As a 0.5FTE (20 Hours per week) this role would work about 2.5-3 days per week
Allina Health is dedicated to the prevention and treatment of illness and enhancing the greater health of individuals, families and communities throughout Minnesota and western Wisconsin. A not-for-profit health care system, Allina Health cares for patients from beginning to end-of-life through its 90+ clinics, 12 hospitals, 16 pharmacies, specialty care centers and specialty medical services that provide home care, senior transitions, hospice care, home oxygen and medical equipment, and emergency medical transportation services. Allina Health is a vibrant, growing organization with opportunities to suit your professional skills and a diverse work environment to match your specific interests. We believe employees are our greatest asset and are dedicated to helping you develop and maximize your professional skills.
Allina Health Home Care Services provides skilled medical care for patients and families needing rehabilitation, advanced-illness or end-of-life care. With headquarters located in St. Paul, Minn., services are provided in 30 Minnesota counties, 24 hours a day, seven days a week.
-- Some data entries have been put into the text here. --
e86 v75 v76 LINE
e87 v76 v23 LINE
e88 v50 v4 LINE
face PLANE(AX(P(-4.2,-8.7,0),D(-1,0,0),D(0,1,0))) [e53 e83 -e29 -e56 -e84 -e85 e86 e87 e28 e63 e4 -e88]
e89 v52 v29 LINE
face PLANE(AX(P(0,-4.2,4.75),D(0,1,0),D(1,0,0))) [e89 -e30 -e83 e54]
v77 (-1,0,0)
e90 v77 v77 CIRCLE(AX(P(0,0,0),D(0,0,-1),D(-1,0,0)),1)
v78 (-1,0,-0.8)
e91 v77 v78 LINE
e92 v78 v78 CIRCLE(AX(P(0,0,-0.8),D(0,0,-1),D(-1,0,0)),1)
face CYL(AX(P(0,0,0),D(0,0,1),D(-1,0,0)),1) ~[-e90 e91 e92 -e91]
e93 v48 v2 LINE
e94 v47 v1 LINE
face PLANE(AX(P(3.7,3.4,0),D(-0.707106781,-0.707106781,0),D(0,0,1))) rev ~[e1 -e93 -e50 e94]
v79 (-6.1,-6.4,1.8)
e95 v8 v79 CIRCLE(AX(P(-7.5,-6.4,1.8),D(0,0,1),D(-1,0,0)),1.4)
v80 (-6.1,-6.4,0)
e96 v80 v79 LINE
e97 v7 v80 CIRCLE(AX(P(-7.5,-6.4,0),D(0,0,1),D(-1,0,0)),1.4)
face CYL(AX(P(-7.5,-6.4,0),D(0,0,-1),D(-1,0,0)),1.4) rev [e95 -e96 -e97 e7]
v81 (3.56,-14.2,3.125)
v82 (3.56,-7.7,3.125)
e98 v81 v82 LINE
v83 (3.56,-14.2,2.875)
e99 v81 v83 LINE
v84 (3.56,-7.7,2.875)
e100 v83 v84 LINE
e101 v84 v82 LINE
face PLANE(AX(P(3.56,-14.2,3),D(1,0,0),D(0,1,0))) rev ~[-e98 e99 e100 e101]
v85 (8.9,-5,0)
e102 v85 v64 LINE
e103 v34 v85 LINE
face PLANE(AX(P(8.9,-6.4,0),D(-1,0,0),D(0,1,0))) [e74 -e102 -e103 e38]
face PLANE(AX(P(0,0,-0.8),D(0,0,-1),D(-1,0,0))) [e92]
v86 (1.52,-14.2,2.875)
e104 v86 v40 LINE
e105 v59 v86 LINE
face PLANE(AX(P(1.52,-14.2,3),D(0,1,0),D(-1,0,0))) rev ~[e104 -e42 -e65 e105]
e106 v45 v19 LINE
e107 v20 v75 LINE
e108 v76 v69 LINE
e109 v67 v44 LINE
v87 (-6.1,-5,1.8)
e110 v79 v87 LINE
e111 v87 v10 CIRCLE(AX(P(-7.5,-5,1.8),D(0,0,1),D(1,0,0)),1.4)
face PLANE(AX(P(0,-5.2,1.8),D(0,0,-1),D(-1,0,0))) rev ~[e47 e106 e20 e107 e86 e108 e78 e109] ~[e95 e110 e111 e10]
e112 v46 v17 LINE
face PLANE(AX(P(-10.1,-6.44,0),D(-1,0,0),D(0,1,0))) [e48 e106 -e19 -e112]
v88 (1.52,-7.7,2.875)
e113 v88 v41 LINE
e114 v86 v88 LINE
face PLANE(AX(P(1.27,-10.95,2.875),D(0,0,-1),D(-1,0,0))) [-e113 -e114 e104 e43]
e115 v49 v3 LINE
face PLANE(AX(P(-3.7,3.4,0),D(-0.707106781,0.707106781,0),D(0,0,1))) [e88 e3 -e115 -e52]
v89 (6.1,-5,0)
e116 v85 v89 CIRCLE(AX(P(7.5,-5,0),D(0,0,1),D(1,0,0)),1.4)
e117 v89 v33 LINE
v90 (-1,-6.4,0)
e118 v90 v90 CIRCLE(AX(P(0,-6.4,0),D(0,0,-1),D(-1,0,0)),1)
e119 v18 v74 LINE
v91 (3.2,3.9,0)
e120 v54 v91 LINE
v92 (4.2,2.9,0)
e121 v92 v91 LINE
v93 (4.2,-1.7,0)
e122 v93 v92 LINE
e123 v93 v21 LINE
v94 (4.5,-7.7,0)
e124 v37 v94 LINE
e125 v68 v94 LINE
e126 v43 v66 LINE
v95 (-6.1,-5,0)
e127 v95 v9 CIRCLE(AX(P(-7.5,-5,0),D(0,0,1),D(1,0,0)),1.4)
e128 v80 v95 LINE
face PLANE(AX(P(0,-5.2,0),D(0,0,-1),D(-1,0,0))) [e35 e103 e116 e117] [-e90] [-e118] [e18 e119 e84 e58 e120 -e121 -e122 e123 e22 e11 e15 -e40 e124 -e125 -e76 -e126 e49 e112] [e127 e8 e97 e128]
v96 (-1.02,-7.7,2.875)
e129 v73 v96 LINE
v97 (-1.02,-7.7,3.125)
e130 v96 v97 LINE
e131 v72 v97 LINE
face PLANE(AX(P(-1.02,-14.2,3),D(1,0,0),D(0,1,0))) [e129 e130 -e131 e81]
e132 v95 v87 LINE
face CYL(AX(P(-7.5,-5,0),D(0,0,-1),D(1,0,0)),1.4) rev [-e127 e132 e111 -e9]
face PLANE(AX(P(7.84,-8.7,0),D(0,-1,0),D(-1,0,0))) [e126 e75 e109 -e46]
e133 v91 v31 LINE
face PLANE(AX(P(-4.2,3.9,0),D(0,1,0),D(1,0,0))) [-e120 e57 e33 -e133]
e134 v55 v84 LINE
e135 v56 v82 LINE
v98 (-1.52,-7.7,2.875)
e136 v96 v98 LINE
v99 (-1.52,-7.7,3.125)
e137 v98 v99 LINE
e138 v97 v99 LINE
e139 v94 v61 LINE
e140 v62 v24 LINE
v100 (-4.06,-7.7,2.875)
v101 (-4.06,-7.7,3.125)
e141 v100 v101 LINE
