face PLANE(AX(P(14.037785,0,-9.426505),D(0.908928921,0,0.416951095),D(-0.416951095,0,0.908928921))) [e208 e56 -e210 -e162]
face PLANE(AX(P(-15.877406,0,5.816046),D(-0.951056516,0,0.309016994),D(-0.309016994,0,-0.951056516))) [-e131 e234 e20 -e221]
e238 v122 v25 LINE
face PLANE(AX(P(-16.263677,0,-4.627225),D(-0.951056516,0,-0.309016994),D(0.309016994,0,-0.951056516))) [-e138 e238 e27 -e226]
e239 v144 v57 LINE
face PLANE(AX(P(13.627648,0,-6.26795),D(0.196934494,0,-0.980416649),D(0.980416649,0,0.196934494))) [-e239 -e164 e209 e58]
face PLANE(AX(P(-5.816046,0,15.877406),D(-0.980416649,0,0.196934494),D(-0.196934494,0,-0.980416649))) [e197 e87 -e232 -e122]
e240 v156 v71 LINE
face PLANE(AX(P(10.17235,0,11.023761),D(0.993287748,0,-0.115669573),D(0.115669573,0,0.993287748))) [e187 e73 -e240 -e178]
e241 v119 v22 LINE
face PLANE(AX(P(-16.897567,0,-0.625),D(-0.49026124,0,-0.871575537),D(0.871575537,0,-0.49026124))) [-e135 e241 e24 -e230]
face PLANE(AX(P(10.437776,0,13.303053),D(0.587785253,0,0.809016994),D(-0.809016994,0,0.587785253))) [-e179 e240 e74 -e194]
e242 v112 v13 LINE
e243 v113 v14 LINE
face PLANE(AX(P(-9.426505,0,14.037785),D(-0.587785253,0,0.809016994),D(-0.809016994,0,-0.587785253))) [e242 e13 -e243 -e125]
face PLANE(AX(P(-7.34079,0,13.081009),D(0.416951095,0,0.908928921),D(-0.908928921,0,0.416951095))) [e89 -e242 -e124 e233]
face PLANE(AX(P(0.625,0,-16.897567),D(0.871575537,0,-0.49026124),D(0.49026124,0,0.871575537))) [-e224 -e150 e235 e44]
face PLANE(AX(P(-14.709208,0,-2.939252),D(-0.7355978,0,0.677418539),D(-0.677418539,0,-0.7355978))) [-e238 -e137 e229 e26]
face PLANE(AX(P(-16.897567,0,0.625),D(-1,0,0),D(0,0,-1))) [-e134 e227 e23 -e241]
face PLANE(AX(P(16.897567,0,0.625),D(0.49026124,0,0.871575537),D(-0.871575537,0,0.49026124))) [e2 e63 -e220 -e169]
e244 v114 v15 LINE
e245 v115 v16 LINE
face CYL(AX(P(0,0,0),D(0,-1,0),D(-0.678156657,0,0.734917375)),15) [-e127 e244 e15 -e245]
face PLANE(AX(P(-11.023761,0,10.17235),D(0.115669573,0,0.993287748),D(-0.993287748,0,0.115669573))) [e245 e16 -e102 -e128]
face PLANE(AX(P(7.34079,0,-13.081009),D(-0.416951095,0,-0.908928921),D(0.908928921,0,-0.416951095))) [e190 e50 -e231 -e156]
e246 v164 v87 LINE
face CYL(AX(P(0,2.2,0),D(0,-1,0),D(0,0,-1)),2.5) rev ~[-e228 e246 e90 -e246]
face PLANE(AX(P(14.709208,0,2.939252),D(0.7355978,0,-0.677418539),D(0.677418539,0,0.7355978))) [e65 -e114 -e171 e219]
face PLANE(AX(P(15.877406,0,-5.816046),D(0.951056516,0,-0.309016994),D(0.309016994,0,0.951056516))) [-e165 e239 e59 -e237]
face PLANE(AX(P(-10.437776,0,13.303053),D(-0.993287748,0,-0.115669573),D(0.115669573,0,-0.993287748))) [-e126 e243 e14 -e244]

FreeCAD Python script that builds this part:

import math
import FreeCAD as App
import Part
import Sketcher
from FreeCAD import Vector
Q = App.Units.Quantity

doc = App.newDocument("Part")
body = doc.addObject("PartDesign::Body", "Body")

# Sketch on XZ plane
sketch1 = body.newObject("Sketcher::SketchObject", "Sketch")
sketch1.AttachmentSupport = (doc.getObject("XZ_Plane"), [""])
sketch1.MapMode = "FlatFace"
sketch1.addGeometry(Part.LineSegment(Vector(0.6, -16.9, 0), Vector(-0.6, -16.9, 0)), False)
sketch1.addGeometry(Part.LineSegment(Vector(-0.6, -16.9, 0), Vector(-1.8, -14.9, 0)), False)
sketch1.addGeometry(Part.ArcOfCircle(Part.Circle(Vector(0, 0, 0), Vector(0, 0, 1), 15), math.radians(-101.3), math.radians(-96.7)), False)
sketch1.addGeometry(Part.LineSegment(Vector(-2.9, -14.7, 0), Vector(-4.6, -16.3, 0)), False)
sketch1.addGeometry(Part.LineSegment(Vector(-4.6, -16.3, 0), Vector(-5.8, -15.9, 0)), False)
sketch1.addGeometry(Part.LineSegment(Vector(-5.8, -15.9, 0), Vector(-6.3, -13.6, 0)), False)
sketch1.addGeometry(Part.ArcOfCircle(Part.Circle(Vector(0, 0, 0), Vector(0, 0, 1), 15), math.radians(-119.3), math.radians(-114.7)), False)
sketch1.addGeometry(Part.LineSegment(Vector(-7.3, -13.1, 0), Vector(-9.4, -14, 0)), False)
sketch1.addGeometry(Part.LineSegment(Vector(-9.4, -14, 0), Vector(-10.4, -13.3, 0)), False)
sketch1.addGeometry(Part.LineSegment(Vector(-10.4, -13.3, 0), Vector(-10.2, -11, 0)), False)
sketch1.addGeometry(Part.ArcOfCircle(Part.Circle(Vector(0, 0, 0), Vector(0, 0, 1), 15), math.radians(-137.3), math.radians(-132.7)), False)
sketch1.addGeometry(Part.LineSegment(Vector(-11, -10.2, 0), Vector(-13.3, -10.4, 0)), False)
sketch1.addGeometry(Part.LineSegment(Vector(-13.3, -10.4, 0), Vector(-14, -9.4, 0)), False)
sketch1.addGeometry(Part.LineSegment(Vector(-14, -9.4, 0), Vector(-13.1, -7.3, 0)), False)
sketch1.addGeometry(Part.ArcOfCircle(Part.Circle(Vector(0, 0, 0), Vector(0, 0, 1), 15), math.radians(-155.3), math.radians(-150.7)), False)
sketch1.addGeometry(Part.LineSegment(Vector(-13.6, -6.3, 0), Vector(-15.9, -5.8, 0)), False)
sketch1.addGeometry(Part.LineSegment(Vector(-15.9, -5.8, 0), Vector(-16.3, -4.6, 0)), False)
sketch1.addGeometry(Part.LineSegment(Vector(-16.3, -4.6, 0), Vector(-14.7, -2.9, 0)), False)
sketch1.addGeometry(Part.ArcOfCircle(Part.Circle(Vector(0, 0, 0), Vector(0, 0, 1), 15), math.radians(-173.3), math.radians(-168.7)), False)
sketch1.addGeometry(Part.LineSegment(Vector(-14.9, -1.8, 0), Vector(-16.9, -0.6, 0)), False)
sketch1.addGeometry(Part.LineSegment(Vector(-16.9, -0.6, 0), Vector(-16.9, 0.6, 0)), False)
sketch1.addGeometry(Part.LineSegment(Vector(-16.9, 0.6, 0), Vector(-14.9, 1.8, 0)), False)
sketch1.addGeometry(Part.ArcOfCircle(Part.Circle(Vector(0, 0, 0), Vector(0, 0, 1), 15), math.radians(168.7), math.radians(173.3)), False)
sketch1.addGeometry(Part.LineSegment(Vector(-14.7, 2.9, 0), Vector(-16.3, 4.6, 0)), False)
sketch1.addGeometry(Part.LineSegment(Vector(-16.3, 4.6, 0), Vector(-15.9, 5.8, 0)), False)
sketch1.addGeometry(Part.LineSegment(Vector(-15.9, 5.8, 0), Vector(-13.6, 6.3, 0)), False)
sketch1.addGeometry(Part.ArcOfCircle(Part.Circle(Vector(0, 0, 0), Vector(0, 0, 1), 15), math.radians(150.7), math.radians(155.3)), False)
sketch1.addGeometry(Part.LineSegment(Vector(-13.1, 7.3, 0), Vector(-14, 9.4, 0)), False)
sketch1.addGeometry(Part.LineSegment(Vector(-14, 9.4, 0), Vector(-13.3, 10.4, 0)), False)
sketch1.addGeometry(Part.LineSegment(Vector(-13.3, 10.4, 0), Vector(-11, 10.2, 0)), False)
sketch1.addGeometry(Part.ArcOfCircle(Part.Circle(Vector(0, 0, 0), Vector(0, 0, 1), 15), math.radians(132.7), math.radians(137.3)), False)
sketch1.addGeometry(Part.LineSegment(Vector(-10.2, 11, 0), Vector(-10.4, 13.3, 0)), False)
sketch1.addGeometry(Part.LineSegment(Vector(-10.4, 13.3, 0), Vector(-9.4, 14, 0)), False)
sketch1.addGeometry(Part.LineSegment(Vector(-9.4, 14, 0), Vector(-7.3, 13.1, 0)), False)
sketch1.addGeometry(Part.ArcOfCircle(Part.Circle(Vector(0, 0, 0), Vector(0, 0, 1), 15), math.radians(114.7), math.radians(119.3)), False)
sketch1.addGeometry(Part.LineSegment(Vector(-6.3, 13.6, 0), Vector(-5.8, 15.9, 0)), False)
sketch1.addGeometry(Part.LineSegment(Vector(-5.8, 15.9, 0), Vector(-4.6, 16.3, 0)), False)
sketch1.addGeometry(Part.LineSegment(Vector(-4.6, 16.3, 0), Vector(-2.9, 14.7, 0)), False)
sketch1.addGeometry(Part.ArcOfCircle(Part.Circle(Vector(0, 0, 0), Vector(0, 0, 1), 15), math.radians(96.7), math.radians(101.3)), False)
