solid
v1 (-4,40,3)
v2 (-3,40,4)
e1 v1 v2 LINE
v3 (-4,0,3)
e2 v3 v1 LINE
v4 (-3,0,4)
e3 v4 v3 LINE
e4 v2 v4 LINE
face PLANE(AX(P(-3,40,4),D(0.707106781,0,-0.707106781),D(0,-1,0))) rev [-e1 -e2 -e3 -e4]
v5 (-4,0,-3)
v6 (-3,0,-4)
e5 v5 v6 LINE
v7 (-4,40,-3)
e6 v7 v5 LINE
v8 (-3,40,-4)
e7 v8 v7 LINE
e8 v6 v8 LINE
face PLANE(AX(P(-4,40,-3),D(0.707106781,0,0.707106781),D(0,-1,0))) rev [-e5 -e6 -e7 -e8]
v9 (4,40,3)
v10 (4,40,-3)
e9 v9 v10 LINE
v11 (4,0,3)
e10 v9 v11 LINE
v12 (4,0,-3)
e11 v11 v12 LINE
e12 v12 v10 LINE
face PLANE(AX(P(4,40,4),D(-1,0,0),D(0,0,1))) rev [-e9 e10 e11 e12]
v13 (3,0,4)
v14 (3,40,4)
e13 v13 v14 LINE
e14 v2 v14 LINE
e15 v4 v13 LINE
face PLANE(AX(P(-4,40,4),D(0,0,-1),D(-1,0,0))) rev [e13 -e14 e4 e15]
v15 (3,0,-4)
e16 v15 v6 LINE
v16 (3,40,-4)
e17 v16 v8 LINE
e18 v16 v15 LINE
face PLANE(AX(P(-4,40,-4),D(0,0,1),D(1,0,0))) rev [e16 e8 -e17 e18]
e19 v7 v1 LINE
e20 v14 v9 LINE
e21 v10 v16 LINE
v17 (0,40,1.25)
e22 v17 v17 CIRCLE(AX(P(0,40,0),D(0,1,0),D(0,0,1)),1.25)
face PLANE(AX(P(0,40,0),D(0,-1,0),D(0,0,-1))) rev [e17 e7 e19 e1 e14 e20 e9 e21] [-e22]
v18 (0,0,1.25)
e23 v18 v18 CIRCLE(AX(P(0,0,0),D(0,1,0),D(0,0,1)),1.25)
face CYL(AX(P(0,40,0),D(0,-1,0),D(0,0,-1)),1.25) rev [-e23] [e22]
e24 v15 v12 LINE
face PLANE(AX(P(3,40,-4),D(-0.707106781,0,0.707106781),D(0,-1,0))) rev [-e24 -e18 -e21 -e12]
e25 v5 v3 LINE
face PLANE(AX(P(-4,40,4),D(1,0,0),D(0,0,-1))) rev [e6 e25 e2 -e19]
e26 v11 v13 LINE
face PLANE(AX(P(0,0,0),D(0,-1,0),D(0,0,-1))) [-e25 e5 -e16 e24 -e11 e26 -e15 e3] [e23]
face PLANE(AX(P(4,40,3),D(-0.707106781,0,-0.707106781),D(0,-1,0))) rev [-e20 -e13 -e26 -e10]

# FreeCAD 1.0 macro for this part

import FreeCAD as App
import Part
import Sketcher


def edges_at(feature, points):
    """Names of the edges that pass closest to the given points."""
    edges = feature.Shape.Edges
    near = lambda p: min(range(len(edges)), key=lambda i: edges[i].distToShape(Part.Vertex(*p))[0])
    return sorted({f"Edge{near(p) + 1}" for p in points})

doc = App.newDocument("Part")
body = doc.addObject("PartDesign::Body", "Body")

# Sketch on XZ plane
sketch1 = doc.addObject("Sketcher::SketchObject", "Sketch")
body.addObject(sketch1)
sketch1.AttachmentSupport = (doc.XZ_Plane, [""])
sketch1.MapMode = "FlatFace"
sketch1.addGeometry(Part.LineSegment(App.Vector(-4, -4, 0), App.Vector(-4, 4, 0)), False)
sketch1.addGeometry(Part.LineSegment(App.Vector(-4, 4, 0), App.Vector(4, 4, 0)), False)
sketch1.addGeometry(Part.LineSegment(App.Vector(4, 4, 0), App.Vector(4, -4, 0)), False)
sketch1.addGeometry(Part.LineSegment(App.Vector(4, -4, 0), App.Vector(-4, -4, 0)), False)
sketch1.addGeometry(Part.Circle(App.Vector(0, 0, 0), App.Vector(0, 0, 1), 1.2), False)
sketch1.addConstraint(Sketcher.Constraint("Coincident", 0, 2, 1, 1))
sketch1.addConstraint(Sketcher.Constraint("Coincident", 1, 2, 2, 1))
sketch1.addConstraint(Sketcher.Constraint("Coincident", 2, 2, 3, 1))
sketch1.addConstraint(Sketcher.Constraint("Coincident", 3, 2, 0, 1))
sketch1.addConstraint(Sketcher.Constraint("Vertical", 0))
sketch1.addConstraint(Sketcher.Constraint("Horizontal", 1))
sketch1.addConstraint(Sketcher.Constraint("Vertical", 2))
sketch1.addConstraint(Sketcher.Constraint("Horizontal", 3))
sketch1.addConstraint(Sketcher.Constraint("Coincident", 4, 3, -1, 1))
sketch1.addConstraint(Sketcher.Constraint("Symmetric", 0, 2, 2, 2, -1, 1))
sketch1.addConstraint(Sketcher.Constraint("Equal", 3, 0))
sketch1.addConstraint(Sketcher.Constraint("Diameter", 4, 2.5))
sketch1.addConstraint(Sketcher.Constraint("DistanceX", 1, 1, 1, 2, 8.0))
pad1 = doc.addObject("PartDesign::Pad", "Pad")
body.addObject(pad1)
pad1.Profile = sketch1
pad1.Length = 40
pad1.Reversed = True
doc.recompute()

chamfer = doc.addObject("PartDesign::Chamfer", "Chamfer")
body.addObject(chamfer)
chamfer.Base = (pad1, edges_at(pad1, [
    (4, 20, 4),
    (-4, 20, 4),
    (-4, 20, -4),
    (4, 20, -4),
]))
chamfer.Size = 1

doc.recompute()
- Evaluation and management of geriatric patients in their home. Physician will partner with team Nurse practitioners to provide primary care to patients. Care coordination with the interdisciplinary Complex Care Program team, including regular attendance at interdisciplinary team meetings. Complete advanced care planning with all patients in conjunction with collaborating Nurse Practitioners.
- Visit expectations will be discussed with Complex Care Program operations manager and interdisciplinary care team. Visit frequency is determined by patient need and risk/complexity. The nurse practitioner and physician will share a case load.
- Physicians are expected to be available to their collaborative Nurse practitioner partners via phone M-F.
- Regular communication given whenever there is a significant change in condition or at an interval agreed to.
- Willingness to participate in team call.
- Complete advanced care planning with all patients in conjunction with collaborating nurse practitioner.
- Knowledge and active management of Complex Care for Seniors quality metrics.
- Close charts in 72 hours of visit.
- Maintain regular and consistent hours.
- Become knowledgeable and understand protocols for ordering labs, medications/immunizations, and imaging.
- Understand regulations that govern care.
- Review and actively work to improve quality goals.
- Behavior is friendly, professional and positive in all interactions.
- Functions as a collaborative member with nurse practitioners, clinical assistants, triage, interdisciplinary team, and administrative staff.
- Attend and participate in staff meetings, read Senior Health communications, and participate in advancing strategic goals.
- Meet visit and panel expectations set for the practice.